*Supplied data*.
»»

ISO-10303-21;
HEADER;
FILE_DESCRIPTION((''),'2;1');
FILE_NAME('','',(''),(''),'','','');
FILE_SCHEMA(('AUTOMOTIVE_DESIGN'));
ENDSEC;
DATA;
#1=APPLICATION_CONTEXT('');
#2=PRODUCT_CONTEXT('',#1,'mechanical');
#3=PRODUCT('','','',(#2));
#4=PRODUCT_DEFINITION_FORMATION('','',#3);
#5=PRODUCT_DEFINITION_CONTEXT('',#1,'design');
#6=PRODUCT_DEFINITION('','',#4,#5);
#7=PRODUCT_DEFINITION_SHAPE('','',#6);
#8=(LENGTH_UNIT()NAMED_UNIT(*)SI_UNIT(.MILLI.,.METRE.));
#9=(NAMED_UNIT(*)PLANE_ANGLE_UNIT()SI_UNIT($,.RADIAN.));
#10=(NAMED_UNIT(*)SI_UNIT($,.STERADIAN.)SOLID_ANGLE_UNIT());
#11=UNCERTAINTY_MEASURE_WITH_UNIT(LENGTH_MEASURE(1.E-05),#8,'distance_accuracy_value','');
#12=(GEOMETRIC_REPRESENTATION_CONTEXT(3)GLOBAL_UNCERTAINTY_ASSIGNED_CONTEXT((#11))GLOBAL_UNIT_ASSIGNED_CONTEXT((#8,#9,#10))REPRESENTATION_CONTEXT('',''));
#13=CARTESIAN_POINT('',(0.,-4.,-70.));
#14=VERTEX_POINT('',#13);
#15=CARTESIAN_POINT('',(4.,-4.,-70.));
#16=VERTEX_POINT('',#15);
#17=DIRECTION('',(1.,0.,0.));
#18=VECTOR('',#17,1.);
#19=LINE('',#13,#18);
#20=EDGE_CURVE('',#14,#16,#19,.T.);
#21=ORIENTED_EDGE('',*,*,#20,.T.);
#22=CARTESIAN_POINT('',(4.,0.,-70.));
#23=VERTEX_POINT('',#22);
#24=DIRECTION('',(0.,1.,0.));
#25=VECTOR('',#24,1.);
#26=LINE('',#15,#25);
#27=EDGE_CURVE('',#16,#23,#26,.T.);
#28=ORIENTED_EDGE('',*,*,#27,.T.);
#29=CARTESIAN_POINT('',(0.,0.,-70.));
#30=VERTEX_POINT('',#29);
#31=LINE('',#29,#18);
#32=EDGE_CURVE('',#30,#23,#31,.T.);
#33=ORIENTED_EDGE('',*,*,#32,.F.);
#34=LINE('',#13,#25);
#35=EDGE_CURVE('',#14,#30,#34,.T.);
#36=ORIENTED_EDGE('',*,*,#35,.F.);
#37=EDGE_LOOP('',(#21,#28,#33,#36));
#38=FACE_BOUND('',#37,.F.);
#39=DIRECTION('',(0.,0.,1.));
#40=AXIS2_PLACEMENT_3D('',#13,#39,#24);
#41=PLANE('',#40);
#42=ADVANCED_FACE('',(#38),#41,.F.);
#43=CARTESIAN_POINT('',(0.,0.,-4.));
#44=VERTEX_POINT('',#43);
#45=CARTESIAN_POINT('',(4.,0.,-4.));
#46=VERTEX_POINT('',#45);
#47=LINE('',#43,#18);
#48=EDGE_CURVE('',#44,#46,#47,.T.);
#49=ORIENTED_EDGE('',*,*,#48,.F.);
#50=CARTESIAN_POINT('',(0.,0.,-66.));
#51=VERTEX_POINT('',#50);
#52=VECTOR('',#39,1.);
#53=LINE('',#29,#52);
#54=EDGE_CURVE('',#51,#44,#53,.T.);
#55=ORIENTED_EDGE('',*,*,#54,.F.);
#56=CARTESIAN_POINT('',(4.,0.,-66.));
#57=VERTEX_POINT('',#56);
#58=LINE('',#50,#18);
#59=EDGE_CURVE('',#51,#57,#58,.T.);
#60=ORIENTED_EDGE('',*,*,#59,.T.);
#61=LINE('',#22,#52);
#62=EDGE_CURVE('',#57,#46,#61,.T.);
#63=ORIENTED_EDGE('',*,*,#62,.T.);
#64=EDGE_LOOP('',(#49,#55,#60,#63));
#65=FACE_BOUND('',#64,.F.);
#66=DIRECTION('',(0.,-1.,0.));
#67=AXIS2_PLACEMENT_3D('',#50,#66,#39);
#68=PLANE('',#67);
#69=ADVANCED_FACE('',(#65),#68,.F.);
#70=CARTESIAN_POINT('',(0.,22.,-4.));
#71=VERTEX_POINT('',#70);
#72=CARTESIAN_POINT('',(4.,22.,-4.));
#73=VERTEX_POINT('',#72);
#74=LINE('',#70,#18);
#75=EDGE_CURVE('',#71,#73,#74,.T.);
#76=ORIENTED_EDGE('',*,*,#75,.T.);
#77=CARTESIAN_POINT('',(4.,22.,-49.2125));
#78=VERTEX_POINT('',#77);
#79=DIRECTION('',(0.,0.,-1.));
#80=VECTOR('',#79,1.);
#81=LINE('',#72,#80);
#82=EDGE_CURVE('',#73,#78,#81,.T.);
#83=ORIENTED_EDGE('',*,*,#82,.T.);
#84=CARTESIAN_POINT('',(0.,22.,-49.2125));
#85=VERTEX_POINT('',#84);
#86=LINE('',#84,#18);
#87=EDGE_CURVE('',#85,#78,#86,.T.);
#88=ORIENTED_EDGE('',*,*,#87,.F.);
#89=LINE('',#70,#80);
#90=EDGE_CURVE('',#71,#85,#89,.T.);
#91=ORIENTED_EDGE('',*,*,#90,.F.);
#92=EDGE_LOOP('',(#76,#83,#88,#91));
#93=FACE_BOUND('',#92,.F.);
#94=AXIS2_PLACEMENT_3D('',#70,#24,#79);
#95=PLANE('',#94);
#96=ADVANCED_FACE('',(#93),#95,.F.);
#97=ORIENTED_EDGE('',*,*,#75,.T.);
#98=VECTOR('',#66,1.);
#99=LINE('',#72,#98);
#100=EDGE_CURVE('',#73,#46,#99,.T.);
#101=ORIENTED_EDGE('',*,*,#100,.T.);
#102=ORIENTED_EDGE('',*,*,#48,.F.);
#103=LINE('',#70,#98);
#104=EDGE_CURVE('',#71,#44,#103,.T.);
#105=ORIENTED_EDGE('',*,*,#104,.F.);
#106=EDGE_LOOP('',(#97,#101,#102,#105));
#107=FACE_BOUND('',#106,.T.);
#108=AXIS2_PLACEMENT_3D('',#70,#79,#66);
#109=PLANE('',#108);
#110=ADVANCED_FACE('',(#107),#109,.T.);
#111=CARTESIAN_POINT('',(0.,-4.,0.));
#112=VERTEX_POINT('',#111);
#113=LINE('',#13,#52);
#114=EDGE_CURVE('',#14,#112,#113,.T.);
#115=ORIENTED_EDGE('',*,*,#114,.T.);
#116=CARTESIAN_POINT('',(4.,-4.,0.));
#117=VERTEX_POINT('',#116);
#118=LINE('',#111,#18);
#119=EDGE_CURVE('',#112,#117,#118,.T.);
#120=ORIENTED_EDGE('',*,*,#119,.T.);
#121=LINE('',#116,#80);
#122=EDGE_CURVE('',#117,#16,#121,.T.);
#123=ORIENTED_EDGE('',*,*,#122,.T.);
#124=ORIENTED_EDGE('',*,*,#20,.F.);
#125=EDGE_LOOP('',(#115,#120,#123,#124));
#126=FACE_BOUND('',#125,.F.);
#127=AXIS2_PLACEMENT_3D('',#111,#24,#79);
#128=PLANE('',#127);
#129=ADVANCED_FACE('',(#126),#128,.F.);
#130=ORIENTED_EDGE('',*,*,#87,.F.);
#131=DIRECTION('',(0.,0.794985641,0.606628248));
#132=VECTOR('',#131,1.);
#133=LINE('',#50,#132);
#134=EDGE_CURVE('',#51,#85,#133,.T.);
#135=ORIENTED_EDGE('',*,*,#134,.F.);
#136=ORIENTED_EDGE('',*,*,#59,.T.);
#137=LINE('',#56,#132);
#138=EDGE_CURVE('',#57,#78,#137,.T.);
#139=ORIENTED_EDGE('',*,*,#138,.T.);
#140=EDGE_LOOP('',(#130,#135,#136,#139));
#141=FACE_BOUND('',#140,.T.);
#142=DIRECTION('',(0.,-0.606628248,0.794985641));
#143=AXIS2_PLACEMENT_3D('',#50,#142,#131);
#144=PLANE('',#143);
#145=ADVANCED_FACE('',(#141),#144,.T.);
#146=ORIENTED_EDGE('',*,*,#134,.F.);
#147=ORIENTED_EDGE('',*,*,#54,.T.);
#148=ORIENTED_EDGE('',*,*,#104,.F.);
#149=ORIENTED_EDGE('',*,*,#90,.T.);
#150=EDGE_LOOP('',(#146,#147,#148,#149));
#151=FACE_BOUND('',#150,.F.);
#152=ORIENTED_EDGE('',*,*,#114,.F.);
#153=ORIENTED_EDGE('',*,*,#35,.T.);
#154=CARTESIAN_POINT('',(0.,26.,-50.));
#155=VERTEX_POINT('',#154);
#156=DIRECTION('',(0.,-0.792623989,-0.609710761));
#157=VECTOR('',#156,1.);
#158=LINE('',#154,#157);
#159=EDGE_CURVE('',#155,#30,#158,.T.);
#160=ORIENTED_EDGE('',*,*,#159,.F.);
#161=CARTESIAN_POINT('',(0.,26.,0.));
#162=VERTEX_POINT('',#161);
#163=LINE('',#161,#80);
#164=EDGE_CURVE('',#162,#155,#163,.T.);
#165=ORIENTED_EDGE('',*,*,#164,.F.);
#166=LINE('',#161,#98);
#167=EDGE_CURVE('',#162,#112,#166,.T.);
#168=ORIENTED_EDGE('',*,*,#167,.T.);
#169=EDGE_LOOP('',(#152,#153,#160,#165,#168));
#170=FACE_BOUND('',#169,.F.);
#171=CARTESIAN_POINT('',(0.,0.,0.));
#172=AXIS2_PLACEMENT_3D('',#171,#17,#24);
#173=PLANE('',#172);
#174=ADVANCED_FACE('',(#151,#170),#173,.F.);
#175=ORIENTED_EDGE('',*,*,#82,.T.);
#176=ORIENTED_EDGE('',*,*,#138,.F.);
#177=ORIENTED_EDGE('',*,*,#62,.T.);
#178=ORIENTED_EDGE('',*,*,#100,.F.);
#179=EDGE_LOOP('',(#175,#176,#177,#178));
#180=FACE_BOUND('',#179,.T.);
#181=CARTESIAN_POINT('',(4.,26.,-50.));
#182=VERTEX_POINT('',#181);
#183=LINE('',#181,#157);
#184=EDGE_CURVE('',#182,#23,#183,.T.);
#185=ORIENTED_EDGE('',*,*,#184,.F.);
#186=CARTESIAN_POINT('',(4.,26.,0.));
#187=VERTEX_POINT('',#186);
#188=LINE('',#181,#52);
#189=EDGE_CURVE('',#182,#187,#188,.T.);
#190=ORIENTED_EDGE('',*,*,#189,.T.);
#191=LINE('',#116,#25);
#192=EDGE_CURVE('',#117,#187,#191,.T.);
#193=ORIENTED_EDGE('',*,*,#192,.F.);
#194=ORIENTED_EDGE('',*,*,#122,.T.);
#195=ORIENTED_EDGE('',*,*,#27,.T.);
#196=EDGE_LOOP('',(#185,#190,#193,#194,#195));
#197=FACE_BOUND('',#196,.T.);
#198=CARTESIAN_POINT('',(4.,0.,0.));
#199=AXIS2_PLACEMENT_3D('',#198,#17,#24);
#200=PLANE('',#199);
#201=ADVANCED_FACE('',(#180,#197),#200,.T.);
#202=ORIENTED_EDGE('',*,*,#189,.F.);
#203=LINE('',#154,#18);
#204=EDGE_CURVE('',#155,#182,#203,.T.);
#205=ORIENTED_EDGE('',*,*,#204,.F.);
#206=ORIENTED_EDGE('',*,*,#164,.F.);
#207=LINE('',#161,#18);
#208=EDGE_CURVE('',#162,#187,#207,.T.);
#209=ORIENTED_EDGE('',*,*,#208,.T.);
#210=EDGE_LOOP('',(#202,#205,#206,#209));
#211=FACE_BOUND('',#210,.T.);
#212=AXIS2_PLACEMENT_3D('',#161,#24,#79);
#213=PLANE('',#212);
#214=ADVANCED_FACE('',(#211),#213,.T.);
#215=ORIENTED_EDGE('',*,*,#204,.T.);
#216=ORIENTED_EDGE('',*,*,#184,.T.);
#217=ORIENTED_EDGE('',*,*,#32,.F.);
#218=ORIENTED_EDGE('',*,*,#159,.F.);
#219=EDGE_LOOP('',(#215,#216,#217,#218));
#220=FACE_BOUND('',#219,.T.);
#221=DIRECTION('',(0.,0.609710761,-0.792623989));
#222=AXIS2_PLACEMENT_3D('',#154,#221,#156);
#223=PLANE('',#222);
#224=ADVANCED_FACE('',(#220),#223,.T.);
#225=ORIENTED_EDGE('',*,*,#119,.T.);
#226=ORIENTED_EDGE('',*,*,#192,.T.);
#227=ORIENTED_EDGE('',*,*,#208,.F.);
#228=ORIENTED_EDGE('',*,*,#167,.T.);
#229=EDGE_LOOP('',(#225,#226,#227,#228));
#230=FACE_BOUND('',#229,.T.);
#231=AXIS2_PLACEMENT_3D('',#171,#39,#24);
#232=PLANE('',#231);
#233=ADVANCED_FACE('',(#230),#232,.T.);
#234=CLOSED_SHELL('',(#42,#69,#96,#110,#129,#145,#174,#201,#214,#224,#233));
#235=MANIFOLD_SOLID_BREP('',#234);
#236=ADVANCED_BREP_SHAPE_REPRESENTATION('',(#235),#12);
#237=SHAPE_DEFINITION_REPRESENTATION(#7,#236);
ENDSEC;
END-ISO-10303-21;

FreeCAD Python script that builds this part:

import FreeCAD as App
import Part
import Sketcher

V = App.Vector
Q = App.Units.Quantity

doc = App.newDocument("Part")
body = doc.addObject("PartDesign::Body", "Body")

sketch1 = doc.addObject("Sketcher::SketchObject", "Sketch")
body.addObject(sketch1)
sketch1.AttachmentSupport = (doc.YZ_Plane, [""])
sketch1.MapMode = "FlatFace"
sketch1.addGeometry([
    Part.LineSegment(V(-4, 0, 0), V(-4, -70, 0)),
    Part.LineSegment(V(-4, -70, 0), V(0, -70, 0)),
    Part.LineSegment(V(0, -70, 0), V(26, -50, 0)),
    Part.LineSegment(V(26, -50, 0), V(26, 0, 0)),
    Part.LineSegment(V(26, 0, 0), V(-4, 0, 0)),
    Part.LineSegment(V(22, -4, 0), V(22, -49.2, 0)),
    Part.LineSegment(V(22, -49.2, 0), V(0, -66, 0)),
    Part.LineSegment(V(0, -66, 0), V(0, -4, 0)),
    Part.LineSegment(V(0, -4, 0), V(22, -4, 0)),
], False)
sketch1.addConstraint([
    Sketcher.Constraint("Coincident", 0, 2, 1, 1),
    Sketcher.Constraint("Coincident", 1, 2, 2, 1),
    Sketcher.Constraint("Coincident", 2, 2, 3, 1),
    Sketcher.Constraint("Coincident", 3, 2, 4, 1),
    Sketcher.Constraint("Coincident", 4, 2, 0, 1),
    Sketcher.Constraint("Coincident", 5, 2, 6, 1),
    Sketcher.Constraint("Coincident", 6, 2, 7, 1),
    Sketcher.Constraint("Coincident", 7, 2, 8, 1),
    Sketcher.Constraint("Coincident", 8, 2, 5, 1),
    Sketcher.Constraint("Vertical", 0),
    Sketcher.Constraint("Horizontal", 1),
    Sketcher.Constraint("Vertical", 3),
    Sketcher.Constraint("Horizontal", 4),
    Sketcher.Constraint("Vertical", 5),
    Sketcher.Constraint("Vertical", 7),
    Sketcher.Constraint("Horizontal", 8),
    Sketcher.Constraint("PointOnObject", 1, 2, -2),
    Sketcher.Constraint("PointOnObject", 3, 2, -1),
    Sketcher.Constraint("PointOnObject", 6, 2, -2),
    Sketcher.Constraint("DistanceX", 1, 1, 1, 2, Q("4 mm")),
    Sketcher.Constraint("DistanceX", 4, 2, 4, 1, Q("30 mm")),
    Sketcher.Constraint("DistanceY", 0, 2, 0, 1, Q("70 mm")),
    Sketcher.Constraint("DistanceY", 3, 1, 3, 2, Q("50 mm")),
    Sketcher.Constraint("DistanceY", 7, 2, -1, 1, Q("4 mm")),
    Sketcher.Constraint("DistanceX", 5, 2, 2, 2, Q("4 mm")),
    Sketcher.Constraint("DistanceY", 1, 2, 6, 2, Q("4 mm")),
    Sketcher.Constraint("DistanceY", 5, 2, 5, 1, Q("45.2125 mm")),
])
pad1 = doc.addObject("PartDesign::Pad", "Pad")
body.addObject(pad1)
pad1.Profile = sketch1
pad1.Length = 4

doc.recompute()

««
»»

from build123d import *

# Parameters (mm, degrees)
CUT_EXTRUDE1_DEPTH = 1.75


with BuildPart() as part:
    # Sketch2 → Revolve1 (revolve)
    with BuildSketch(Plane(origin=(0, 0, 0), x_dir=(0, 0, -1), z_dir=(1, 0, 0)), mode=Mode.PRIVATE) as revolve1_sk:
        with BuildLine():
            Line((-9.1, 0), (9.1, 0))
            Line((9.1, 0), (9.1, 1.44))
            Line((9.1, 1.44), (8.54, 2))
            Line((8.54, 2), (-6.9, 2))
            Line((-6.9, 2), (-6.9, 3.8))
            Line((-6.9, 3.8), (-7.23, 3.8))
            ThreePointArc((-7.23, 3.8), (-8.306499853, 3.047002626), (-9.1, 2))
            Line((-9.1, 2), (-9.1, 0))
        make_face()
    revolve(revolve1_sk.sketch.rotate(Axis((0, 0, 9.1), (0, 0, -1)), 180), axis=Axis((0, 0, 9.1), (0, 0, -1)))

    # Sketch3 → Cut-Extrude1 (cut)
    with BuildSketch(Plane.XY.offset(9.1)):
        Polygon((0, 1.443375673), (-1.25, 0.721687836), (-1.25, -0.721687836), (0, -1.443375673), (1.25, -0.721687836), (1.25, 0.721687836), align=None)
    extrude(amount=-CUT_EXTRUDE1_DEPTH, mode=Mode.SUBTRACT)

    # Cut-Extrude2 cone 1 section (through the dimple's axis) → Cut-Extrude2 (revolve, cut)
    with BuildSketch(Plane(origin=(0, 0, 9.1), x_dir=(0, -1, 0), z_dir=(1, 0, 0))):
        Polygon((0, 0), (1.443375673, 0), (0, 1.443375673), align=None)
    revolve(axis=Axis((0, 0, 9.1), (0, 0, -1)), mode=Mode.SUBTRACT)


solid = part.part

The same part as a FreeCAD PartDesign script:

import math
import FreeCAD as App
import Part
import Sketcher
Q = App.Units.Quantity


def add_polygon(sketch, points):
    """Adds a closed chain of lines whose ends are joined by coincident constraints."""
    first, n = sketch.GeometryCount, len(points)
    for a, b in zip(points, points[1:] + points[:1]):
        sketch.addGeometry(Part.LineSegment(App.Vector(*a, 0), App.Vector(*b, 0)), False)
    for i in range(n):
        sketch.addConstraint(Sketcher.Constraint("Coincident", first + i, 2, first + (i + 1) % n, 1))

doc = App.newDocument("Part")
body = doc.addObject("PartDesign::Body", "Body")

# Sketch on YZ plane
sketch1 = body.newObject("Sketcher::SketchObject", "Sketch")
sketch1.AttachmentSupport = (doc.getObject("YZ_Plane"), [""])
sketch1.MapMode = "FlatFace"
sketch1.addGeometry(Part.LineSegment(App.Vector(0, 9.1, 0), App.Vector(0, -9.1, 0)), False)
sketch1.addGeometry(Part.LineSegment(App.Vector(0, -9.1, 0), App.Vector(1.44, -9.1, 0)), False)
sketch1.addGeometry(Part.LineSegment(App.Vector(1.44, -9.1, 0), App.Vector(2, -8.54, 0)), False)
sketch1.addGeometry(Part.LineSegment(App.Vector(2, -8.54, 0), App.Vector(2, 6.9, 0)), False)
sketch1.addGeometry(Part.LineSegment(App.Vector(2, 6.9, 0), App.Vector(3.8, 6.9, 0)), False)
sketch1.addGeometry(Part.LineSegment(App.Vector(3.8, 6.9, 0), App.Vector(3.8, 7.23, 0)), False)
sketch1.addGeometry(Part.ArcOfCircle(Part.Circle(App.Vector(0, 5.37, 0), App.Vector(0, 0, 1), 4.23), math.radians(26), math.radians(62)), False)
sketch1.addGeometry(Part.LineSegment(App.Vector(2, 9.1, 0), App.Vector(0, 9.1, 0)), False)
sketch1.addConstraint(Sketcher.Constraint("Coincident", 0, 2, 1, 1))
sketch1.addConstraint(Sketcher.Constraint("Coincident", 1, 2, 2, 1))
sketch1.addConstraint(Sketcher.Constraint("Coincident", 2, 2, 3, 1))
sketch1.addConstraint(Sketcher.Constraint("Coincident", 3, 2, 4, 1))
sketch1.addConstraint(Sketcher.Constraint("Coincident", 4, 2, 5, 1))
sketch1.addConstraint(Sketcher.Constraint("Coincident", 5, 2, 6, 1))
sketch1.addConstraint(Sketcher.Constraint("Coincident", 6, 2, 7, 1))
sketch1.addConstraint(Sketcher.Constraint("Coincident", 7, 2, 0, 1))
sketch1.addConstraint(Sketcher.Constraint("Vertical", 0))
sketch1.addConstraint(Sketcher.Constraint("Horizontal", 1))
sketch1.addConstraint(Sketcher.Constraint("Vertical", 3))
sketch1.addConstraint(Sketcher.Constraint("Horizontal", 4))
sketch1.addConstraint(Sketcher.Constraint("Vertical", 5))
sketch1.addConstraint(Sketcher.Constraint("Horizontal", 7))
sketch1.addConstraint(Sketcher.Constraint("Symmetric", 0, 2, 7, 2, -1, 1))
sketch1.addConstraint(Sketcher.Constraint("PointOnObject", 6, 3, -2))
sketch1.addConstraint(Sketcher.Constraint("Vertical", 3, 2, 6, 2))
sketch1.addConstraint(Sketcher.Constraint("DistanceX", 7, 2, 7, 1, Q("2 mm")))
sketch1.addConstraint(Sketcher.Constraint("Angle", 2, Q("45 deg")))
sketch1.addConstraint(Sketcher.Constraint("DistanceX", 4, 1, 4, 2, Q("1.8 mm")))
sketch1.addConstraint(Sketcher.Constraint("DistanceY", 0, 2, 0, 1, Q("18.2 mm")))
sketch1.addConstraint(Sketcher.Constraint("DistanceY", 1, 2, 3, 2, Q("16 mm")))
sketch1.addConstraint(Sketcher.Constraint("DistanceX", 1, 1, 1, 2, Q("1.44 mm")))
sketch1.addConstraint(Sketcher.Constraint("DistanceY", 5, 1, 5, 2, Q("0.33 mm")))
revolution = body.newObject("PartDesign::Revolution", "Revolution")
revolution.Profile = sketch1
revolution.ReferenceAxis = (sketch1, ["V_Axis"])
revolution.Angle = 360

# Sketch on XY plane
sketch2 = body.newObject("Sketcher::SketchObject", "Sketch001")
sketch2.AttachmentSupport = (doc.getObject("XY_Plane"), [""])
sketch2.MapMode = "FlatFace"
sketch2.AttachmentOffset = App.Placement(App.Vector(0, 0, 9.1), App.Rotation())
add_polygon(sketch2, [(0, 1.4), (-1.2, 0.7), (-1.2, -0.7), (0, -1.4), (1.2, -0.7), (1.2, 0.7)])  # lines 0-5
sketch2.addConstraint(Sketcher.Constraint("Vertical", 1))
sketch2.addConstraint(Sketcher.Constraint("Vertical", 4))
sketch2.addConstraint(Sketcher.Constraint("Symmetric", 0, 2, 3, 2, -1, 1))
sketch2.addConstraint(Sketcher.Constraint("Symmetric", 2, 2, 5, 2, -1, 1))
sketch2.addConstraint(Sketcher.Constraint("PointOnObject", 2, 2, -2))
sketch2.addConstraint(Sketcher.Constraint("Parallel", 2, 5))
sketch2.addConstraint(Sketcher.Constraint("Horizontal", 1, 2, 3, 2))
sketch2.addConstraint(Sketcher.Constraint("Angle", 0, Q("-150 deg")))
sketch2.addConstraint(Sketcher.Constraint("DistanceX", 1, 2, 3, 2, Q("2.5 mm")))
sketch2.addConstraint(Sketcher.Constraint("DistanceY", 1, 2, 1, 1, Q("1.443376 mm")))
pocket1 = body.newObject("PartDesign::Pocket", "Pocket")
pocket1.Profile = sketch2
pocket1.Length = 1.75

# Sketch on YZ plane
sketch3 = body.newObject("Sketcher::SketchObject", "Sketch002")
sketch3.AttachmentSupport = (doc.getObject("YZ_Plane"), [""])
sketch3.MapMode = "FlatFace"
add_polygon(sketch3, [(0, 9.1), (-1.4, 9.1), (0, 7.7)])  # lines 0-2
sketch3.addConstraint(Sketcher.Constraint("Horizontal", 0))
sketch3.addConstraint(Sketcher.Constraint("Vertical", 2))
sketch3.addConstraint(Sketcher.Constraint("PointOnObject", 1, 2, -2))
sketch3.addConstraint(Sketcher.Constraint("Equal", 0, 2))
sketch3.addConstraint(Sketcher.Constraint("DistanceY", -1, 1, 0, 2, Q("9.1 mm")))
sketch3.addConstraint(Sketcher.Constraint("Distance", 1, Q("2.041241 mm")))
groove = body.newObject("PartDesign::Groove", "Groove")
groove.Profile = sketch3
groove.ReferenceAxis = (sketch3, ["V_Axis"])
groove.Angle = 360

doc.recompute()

««

*To do*. In the material above, locate the line containing "#214=ADVANCED_FACE('',(#211),#213,.T.);" and the line containing "#223=PLANE('',#222);". Transcribe exactly those two lines and every line between them, and nothing more.

*Task solution*.
#214=ADVANCED_FACE('',(#211),#213,.T.);
#215=ORIENTED_EDGE('',*,*,#204,.T.);
#216=ORIENTED_EDGE('',*,*,#184,.T.);
#217=ORIENTED_EDGE('',*,*,#32,.F.);
#218=ORIENTED_EDGE('',*,*,#159,.F.);
#219=EDGE_LOOP('',(#215,#216,#217,#218));
#220=FACE_BOUND('',#219,.T.);
#221=DIRECTION('',(0.,0.609710761,-0.792623989));
#222=AXIS2_PLACEMENT_3D('',#154,#221,#156);
#223=PLANE('',#222);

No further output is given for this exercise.